KillerToiletSpider said:


> One inch is to small for what you have now.


I'm nearly certain of that, but if I have to upgrade to bigger than a 2" it's going to get prohibitively expensive and I won't go with the on-demand water heater(s).


----------



## KillerToiletSpider (May 27, 2007)

mdshunk said:


> I'm nearly certain of that, but if I have to upgrade to bigger than a 2" it's going to get prohibitively expensive and I won't go with the on-demand water heater(s).


1½" is probably all you need. Unless you have more than three bathrooms that are used at the same time I don't think you need more than one tankless heater, just get one capable of 12 GPM.


----------



## Double-A (Jul 3, 2006)

Are you on a high pressure system or a 1/2 ounce system? How much 1" do you have before a branch. 

Gas sizing is all about total btu's deliverd per pipe length.
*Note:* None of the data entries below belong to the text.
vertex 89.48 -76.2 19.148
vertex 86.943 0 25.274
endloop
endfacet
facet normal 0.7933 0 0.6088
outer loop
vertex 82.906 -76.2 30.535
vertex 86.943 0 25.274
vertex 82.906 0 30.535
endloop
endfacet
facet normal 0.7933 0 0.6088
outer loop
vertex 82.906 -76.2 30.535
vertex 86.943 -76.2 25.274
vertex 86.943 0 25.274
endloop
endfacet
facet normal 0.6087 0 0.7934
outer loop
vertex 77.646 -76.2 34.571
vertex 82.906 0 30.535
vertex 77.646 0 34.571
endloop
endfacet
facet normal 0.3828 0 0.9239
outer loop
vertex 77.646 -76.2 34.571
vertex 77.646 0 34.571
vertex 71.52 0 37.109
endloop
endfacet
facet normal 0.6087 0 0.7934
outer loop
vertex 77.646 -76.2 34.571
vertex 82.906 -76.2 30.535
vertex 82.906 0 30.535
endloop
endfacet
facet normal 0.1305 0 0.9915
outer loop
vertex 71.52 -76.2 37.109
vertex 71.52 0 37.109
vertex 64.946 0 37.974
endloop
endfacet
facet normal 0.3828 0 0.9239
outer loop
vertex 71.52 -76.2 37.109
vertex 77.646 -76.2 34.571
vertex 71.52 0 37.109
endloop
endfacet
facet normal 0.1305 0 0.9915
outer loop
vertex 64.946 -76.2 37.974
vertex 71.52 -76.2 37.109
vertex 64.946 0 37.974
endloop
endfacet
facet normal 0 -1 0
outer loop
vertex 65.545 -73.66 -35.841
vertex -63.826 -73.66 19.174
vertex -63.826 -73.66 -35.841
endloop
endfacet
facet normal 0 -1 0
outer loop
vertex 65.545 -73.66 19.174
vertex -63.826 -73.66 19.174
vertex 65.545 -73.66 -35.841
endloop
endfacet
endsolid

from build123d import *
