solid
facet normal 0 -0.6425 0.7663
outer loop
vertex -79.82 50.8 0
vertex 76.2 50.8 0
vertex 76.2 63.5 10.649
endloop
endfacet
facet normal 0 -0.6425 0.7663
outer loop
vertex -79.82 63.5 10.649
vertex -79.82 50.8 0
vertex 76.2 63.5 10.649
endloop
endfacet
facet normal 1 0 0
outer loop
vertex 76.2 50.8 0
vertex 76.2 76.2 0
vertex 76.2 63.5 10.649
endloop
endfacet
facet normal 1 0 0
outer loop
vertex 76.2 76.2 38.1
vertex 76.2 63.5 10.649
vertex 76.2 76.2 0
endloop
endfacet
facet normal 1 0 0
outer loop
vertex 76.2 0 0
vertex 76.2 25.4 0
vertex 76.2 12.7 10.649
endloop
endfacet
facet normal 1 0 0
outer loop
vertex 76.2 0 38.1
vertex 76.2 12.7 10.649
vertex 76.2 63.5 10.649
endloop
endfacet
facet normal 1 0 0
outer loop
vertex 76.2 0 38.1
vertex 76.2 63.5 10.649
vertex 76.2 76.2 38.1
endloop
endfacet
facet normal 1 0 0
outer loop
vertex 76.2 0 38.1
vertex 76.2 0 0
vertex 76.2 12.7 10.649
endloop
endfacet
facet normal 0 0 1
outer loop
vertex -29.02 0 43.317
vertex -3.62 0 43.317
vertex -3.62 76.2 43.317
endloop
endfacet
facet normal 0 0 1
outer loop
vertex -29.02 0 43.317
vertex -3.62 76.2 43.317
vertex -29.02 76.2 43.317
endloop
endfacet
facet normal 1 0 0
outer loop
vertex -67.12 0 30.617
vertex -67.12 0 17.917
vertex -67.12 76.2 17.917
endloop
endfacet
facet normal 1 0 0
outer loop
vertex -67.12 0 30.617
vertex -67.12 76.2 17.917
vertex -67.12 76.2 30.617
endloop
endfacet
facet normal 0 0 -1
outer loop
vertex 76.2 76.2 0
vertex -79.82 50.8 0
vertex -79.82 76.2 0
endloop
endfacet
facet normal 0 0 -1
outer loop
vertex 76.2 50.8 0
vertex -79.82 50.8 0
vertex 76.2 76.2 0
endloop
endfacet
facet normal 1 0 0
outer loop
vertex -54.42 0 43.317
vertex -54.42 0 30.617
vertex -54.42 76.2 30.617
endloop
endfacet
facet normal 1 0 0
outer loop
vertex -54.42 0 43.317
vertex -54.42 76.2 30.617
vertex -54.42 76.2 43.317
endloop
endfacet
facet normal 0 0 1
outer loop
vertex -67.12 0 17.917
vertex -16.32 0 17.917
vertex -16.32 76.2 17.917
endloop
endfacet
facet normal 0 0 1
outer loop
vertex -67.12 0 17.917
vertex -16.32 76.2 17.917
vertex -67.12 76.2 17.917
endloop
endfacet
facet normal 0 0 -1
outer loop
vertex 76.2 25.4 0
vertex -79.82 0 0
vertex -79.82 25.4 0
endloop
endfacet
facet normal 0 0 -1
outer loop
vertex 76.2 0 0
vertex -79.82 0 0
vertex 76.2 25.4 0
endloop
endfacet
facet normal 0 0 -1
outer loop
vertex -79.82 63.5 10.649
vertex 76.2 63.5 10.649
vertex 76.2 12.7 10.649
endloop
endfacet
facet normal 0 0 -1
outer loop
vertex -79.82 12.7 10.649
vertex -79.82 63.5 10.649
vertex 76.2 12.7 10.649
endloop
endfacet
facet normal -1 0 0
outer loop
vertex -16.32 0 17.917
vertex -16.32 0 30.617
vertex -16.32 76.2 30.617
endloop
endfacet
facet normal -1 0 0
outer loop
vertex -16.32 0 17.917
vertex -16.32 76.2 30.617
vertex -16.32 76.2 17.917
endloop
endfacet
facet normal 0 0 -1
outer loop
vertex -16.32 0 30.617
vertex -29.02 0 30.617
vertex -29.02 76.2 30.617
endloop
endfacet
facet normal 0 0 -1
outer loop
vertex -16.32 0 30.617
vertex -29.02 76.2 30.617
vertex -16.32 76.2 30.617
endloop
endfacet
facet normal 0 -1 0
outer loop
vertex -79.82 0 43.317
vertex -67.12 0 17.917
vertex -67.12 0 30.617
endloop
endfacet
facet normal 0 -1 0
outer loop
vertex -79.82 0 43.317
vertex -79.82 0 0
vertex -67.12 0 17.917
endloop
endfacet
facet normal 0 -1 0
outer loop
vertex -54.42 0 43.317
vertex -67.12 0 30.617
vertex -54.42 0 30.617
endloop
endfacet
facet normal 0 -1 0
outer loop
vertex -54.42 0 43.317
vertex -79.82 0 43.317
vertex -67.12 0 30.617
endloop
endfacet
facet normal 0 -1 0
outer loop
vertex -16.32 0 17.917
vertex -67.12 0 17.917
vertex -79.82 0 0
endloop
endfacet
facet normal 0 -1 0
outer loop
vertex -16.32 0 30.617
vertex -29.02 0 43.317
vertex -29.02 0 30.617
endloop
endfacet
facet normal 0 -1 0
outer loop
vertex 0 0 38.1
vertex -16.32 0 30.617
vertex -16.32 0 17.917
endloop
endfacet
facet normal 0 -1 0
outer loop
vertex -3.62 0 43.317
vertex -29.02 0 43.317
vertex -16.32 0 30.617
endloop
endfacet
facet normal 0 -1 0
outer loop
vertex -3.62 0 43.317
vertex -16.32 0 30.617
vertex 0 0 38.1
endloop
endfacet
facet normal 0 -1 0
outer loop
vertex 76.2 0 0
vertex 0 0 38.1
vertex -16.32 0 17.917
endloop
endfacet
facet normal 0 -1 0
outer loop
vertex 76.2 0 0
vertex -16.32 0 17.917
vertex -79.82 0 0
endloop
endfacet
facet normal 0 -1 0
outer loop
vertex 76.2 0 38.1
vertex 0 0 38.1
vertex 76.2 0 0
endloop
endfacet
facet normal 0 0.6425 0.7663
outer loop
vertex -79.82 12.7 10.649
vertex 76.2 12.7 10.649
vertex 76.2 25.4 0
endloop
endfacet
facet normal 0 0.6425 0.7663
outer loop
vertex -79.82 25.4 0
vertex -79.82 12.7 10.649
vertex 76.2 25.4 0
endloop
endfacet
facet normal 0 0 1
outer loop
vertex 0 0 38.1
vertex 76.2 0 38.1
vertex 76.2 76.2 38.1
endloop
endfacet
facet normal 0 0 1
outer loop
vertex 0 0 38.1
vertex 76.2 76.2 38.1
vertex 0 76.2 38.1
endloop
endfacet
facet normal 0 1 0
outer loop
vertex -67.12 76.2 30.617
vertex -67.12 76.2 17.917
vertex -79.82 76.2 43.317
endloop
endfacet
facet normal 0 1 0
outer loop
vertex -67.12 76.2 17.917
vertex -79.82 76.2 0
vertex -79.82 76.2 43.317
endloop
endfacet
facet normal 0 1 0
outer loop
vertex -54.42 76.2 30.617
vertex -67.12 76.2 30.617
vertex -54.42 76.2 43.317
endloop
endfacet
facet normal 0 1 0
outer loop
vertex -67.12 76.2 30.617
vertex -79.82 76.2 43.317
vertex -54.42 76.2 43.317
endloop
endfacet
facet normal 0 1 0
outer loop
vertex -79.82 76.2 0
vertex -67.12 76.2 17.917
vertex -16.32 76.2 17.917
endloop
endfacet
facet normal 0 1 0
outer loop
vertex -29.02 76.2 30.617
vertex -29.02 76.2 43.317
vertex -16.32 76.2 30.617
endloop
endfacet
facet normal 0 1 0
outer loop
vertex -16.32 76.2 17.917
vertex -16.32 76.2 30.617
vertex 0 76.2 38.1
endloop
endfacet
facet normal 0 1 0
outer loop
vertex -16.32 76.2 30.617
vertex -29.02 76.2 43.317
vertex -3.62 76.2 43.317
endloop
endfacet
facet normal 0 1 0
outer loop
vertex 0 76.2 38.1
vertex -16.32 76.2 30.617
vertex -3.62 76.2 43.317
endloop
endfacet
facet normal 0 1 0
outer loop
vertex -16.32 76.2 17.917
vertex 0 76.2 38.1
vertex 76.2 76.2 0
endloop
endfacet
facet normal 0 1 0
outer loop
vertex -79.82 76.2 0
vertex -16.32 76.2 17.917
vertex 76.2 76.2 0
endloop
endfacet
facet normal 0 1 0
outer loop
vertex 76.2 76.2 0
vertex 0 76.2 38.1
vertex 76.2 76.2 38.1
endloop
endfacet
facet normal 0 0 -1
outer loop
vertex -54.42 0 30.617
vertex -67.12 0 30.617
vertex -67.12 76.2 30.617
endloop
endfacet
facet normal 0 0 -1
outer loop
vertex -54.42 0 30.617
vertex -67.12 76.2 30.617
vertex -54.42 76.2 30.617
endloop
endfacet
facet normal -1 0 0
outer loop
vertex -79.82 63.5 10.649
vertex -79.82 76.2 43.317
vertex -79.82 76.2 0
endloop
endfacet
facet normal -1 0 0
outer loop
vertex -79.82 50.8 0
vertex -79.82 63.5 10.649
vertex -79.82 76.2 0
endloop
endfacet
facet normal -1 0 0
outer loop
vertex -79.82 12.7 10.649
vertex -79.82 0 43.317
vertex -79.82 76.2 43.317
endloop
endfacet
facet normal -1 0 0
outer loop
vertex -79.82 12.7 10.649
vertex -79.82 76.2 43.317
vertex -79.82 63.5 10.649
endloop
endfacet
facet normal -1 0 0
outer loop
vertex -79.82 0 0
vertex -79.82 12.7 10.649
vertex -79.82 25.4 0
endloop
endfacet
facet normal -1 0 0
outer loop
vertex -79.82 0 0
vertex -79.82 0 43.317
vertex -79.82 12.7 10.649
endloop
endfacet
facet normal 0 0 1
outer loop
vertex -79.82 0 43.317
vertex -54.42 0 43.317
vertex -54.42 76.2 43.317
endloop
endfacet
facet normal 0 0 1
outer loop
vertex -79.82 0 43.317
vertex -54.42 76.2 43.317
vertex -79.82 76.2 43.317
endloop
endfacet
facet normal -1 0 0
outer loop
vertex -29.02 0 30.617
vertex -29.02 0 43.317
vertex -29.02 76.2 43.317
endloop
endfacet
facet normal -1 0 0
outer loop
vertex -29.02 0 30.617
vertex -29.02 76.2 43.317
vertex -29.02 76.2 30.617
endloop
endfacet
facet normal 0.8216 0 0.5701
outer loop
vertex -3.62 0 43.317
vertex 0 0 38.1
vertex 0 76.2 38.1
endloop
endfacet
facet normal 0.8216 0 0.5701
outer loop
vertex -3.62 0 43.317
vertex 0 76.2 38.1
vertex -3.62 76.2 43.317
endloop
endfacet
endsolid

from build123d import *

# Parameters (mm, degrees)
F1_DEPTH = 76.2
F3_DEPTH = 156.01986


with BuildPart() as f1:
    # F0 (on Front) → F1 (new body)
    with BuildSketch(Plane.XZ):
        Polygon((-76.2, 0), (0, 0), (76.2, 0), (76.2, 38.1), (0, 38.1), (-3.61986, 43.317194), (-29.01986, 43.317194), (-29.01986, 30.617194), (-16.31986, 30.617194), (-16.31986, 17.917194), (-67.11986, 17.917194), (-67.11986, 30.617194), (-54.41986, 30.617194), (-54.41986, 43.317194), (-79.81986, 43.317194), (-79.81986, 0), align=None)
    extrude(amount=-F1_DEPTH)

    # F2 (on face) → F3 (cut, through all)
    with BuildSketch(Plane.YZ.offset(76.2)):
        Polygon((63.5, 10.648813), (12.7, 10.648813), (25.4, 0), (50.8, 0), align=None)
    extrude(amount=-F3_DEPTH, mode=Mode.SUBTRACT)


solid = f1.part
One way to "enlarge" the size of a gas system without using a larger pipe is to deliver gas in a loop. In other words, you run a full sized pipe to the end of the line. This will in effect, feed the system from two ends, allowing less drop to the far fixtures and over all shorter distances.
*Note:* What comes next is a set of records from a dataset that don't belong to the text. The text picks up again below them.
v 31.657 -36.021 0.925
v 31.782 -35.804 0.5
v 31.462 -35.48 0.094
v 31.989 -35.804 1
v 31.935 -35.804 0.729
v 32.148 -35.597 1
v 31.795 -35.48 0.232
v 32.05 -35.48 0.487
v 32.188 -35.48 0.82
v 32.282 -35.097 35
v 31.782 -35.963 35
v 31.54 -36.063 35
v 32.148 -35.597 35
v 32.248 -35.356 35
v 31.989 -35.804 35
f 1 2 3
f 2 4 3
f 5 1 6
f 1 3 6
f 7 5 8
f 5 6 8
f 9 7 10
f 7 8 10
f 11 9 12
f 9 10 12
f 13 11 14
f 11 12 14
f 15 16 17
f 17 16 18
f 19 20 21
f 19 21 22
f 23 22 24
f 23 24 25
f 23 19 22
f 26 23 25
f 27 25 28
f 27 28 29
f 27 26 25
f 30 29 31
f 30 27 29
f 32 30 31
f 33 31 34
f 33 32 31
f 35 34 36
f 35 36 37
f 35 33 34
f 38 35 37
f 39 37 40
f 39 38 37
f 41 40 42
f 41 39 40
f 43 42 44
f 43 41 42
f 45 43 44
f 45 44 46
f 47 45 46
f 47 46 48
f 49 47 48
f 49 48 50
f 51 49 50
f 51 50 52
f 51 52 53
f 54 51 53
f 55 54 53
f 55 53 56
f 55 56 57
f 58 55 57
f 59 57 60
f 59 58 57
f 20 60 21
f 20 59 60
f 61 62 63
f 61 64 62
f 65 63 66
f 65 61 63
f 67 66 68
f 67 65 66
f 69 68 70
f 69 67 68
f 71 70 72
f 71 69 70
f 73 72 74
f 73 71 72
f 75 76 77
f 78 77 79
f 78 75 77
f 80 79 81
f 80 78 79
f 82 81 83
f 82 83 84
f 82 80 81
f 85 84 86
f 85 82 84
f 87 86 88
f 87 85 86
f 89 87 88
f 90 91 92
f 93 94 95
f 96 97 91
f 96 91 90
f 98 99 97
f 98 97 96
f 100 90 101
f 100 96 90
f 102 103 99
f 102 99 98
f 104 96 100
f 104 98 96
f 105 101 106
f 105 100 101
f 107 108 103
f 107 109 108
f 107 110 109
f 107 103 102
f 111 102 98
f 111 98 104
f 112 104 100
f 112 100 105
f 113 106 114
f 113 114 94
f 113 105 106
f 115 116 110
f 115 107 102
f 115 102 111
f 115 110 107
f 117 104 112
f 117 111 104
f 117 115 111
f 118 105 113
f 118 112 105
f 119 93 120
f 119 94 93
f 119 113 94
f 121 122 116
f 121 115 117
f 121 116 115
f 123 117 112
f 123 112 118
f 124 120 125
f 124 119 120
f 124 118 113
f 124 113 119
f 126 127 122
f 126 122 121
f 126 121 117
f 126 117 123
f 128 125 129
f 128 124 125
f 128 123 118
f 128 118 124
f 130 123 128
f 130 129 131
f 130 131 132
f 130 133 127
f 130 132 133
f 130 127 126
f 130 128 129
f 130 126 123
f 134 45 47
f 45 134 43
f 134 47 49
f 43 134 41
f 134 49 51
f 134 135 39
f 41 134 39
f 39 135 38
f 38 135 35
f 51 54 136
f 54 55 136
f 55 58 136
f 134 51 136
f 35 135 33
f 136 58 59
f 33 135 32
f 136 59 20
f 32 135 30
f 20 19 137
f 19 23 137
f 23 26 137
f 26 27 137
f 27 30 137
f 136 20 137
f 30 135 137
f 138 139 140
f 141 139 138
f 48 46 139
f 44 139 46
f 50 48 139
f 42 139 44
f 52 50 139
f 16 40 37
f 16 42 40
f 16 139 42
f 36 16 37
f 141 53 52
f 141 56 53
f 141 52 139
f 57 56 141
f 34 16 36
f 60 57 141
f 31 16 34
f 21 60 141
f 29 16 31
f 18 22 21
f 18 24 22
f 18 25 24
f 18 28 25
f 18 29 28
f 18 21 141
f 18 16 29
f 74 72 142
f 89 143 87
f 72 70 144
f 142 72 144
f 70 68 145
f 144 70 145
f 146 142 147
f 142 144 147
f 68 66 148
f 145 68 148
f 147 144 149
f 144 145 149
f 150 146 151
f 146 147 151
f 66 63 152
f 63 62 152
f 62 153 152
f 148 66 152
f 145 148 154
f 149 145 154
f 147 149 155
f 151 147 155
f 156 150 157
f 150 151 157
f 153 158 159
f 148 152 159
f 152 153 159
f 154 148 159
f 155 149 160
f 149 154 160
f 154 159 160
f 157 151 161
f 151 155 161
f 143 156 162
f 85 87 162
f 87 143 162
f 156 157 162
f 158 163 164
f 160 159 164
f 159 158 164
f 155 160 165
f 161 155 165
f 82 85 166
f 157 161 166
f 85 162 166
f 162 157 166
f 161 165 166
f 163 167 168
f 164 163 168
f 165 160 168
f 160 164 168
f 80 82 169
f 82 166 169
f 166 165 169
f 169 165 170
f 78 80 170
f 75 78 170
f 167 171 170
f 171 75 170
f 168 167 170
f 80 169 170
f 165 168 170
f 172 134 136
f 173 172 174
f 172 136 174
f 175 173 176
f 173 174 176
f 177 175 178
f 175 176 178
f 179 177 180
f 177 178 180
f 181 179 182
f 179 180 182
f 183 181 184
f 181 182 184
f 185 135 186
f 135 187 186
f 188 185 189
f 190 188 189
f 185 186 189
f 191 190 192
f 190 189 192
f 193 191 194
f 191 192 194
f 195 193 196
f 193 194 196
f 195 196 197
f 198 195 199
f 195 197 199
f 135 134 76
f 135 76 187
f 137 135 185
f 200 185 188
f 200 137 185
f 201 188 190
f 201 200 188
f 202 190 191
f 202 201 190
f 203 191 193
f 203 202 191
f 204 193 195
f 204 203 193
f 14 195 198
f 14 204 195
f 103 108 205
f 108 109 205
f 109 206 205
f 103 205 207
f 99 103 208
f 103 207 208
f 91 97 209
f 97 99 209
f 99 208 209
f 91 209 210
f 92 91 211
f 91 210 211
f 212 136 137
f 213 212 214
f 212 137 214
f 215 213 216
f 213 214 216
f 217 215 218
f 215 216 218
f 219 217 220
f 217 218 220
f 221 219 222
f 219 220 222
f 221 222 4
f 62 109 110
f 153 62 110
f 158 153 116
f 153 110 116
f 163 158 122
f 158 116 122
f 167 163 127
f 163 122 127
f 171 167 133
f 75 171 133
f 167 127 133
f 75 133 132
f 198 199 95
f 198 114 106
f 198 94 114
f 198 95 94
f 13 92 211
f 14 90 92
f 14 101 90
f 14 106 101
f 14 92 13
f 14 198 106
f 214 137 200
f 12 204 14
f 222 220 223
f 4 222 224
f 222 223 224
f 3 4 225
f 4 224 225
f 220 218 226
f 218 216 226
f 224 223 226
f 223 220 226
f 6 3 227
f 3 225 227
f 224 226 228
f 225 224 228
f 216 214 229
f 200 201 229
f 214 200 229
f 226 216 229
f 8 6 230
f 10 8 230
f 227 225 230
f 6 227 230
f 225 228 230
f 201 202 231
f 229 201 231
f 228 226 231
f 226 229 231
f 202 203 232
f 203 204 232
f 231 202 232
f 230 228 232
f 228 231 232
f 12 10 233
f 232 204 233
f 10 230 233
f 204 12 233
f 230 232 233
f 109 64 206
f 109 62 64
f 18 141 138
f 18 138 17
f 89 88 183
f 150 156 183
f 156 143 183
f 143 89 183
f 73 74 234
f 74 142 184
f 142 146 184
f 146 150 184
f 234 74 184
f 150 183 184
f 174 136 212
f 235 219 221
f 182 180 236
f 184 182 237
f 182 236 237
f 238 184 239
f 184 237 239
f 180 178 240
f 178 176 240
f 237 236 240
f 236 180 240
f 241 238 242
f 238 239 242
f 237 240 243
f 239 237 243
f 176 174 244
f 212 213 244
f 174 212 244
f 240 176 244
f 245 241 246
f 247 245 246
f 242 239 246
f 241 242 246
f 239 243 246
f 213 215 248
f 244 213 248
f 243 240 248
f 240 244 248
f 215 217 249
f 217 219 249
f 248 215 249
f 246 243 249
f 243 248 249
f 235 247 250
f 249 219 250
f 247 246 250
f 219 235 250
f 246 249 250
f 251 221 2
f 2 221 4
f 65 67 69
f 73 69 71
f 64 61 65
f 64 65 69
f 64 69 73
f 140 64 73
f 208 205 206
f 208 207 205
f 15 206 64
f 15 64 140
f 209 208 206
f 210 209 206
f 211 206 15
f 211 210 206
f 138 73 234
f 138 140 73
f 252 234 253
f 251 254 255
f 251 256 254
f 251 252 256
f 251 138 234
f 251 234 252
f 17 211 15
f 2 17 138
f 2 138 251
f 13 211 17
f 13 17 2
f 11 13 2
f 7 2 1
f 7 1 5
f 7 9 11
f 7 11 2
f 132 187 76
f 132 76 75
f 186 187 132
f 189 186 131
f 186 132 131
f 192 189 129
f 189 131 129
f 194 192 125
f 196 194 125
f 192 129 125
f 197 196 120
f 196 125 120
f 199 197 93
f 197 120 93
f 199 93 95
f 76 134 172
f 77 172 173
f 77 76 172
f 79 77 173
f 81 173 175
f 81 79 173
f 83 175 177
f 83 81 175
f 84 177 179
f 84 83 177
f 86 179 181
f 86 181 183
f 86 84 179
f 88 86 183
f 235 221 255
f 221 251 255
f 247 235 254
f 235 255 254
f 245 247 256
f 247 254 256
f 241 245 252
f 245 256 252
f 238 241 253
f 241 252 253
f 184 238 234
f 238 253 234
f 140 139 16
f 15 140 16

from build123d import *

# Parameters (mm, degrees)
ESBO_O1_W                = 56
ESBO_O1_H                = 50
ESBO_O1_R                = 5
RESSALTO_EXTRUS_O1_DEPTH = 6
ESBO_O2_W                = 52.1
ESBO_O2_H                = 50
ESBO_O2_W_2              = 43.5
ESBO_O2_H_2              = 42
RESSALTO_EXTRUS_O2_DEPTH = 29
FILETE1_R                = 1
If you get more serious, get a plumber involved and possibly the gas company for a larger meter. Doesn't do any good to upsize the gas system of the gas company can't deliver that much gas to it.


----------



## mdshunk (Mar 13, 2005)

I already talked to the utility about getting gas in the pounds, but they won't run high pressure in a dwelling here. I've got to stay in the inches of water column. It looks like I'm upsizing pipe. Their gas guy today told me that I need a 2 inch meter.


----------



## coolmen (Mar 25, 2006)

you need to draw a map from the meter to the furthus appleance.map out the distance to each and every appliance,size pipe, and how much BTU is needed for eachline to appliance,and total ammount of btu. you dont want to take wild guess at this, a google search will help you with this.


----------



## PP Plumber (Jul 29, 2008)

Depending on hot water demand in gpm will determin the size or no. of units you need. Depending on the area you are in will determin the gpm of your shower heads and faucet flow, jacuzzi tub flow etc. This will then give you the total BTU draw you will require to feed the on-demand unit (s) that you chose. From there you can upsize the line as needed or run a new line from the meter all the way to your unit(s). This way you dont need to redo your whole system. Get your total cfm (cubic feet per minute) draw and TDL (Total Developed length) to find your pipe size from the meter.


----------



## cal (Jan 31, 2008)

How is this post different from the other DIYer's who get directed by a Moderator to anothe site? No hire a plummber post.


----------



## MALCO.New.York (Feb 27, 2008)

cal said:


> How is this post different from the other DIYer's who get directed by a Moderator to anothe site? No hire a plummber post.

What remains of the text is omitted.